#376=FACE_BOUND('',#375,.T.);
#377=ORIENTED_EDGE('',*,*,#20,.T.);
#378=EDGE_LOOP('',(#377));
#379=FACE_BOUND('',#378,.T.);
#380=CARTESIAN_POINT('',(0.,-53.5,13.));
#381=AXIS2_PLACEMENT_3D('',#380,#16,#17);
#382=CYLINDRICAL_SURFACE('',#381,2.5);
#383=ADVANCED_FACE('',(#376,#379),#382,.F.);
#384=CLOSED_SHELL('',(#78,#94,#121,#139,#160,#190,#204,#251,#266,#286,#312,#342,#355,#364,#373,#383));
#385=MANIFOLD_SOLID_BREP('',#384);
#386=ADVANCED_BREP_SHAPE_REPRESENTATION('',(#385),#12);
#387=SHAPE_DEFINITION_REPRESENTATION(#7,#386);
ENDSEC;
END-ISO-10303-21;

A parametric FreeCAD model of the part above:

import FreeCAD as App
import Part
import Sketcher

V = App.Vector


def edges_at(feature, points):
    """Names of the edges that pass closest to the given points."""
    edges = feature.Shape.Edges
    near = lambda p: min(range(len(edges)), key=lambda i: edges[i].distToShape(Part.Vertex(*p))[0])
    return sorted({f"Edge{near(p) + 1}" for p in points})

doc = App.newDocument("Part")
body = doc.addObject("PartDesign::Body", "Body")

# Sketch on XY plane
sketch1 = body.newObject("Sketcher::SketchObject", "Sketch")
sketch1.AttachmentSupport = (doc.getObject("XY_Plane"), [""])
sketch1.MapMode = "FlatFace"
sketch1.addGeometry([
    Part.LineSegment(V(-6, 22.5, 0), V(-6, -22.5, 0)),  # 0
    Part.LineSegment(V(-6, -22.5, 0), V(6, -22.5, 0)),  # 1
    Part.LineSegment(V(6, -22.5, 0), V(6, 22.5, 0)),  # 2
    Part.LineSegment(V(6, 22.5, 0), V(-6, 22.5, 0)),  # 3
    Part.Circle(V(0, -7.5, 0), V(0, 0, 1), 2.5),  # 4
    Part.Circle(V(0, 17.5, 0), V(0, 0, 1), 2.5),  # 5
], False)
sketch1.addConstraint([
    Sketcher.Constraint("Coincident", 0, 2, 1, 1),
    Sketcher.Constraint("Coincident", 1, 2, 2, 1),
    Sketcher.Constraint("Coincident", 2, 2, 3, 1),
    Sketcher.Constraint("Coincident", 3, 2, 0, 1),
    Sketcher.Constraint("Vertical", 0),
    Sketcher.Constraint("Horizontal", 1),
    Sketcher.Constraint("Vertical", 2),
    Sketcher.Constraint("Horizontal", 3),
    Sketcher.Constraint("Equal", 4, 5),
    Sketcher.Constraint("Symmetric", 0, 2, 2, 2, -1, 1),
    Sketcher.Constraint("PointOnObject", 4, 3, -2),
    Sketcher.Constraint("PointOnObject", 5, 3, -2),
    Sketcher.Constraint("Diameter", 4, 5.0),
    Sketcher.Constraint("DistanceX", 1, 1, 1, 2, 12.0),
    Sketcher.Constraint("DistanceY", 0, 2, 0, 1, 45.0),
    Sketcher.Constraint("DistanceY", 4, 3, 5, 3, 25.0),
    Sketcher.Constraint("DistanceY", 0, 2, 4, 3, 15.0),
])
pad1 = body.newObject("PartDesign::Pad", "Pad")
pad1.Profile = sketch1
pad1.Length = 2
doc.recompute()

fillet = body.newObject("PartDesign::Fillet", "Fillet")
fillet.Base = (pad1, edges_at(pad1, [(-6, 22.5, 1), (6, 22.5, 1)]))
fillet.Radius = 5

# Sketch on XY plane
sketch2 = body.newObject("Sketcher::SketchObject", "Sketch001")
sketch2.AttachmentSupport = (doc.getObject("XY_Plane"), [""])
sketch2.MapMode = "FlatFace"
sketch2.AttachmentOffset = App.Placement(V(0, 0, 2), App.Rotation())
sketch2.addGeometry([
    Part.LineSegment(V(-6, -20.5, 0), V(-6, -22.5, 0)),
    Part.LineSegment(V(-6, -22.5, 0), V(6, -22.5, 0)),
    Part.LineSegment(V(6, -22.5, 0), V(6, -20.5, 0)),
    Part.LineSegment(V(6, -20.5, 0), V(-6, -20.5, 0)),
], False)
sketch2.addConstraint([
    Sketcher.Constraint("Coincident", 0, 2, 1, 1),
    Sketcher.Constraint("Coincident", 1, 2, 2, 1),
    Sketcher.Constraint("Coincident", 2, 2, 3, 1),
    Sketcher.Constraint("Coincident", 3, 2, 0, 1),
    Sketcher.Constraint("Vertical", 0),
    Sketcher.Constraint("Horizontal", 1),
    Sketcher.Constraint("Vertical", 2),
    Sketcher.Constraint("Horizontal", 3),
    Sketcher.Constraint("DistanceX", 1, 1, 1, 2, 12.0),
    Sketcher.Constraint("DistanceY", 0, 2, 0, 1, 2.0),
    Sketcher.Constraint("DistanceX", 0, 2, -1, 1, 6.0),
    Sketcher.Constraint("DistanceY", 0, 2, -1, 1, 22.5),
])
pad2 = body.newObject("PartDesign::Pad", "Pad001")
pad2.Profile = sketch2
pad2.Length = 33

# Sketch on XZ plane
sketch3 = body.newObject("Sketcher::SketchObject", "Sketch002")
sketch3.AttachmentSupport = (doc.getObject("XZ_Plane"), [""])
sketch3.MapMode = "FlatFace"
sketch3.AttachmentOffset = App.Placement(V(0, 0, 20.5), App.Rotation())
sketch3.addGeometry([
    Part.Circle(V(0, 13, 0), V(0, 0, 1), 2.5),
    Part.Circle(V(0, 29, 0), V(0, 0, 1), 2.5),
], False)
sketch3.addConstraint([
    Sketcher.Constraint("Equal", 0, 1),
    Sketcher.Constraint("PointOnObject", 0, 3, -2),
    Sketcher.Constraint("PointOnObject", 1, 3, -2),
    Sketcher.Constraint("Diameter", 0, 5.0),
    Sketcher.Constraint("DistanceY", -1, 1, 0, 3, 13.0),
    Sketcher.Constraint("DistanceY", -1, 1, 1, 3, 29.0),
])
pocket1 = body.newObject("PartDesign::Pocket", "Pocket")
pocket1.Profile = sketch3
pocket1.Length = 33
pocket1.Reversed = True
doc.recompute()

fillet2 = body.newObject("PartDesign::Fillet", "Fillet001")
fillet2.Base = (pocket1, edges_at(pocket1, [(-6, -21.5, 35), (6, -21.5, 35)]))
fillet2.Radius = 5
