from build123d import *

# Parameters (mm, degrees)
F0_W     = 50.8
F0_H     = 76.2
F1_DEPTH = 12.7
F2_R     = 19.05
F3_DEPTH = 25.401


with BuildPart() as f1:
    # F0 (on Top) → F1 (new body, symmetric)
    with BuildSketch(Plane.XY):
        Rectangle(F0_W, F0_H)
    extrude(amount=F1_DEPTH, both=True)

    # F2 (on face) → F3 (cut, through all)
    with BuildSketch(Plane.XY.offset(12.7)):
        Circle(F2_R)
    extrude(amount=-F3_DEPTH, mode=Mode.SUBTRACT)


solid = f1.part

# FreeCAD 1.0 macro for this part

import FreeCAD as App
import Part
import Sketcher
from FreeCAD import Vector
Q = App.Units.Quantity


def add_polygon(sketch, points):
    """Adds a closed chain of lines whose ends are joined by coincident constraints."""
    first, n = sketch.GeometryCount, len(points)
    for a, b in zip(points, points[1:] + points[:1]):
        sketch.addGeometry(Part.LineSegment(App.Vector(*a, 0), App.Vector(*b, 0)), False)
    for i in range(n):
        sketch.addConstraint(Sketcher.Constraint("Coincident", first + i, 2, first + (i + 1) % n, 1))

doc = App.newDocument("Part")
params = doc.addObject("Spreadsheet::Sheet", "Params")
for row, (alias, value) in enumerate([
    ("sketch1_width", "2 in"),
    ("sketch1_height", "3 in"),
    ("pad1_length", "1 in"),
    ("sketch2_diameter", "1.5 in"),
], start=1):
    params.set(f"A{row}", alias)
    params.set(f"B{row}", "=" + value)
    params.setAlias(f"B{row}", alias)

body = doc.addObject("PartDesign::Body", "Body")

# Sketch on XY plane
sketch1 = doc.addObject("Sketcher::SketchObject", "Sketch")
body.addObject(sketch1)
sketch1.AttachmentSupport = (doc.XY_Plane, [""])
sketch1.MapMode = "FlatFace"
add_polygon(sketch1, [(-25, 38), (-25, -38), (25, -38), (25, 38)])  # lines 0-3
sketch1.addConstraint([
    Sketcher.Constraint("Vertical", 0),
    Sketcher.Constraint("Horizontal", 1),
    Sketcher.Constraint("Vertical", 2),
    Sketcher.Constraint("Horizontal", 3),
    Sketcher.Constraint("Symmetric", 0, 2, 2, 2, -1, 1),
    Sketcher.Constraint("DistanceX", 1, 1, 1, 2, Q("2 in")),
    Sketcher.Constraint("DistanceY", 0, 2, 0, 1, Q("3 in")),
])
sketch1.setExpression("Constraints[9]", "Params.sketch1_width")
sketch1.setExpression("Constraints[10]", "Params.sketch1_height")
pad1 = doc.addObject("PartDesign::Pad", "Pad")
body.addObject(pad1)
pad1.Profile = sketch1
pad1.setExpression("Length", "Params.pad1_length")
pad1.Midplane = True

# Sketch on XY plane
sketch2 = doc.addObject("Sketcher::SketchObject", "Sketch001")
body.addObject(sketch2)
sketch2.AttachmentSupport = (doc.XY_Plane, [""])
sketch2.MapMode = "FlatFace"
sketch2.AttachmentOffset = App.Placement(Vector(0, 0, 0.5 * 25.4), App.Rotation())
sketch2.addGeometry(Part.Circle(Vector(0, 0, 0), Vector(0, 0, 1), 19), False)
sketch2.addConstraint([
    Sketcher.Constraint("Coincident", 0, 3, -1, 1),
    Sketcher.Constraint("Diameter", 0, Q("1.5 in")),
])
sketch2.setExpression("Constraints[1]", "Params.sketch2_diameter")
pocket1 = doc.addObject("PartDesign::Pocket", "Pocket")
body.addObject(pocket1)
pocket1.Profile = sketch2
pocket1.Type = "ThroughAll"

doc.recompute()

_ _ _ _

■ **TASK OBJECTIVE**: Within the listing, how many lines hold the word "Base"? Only the number is to be given.

■ **EXERCISE RESPONSE**: 2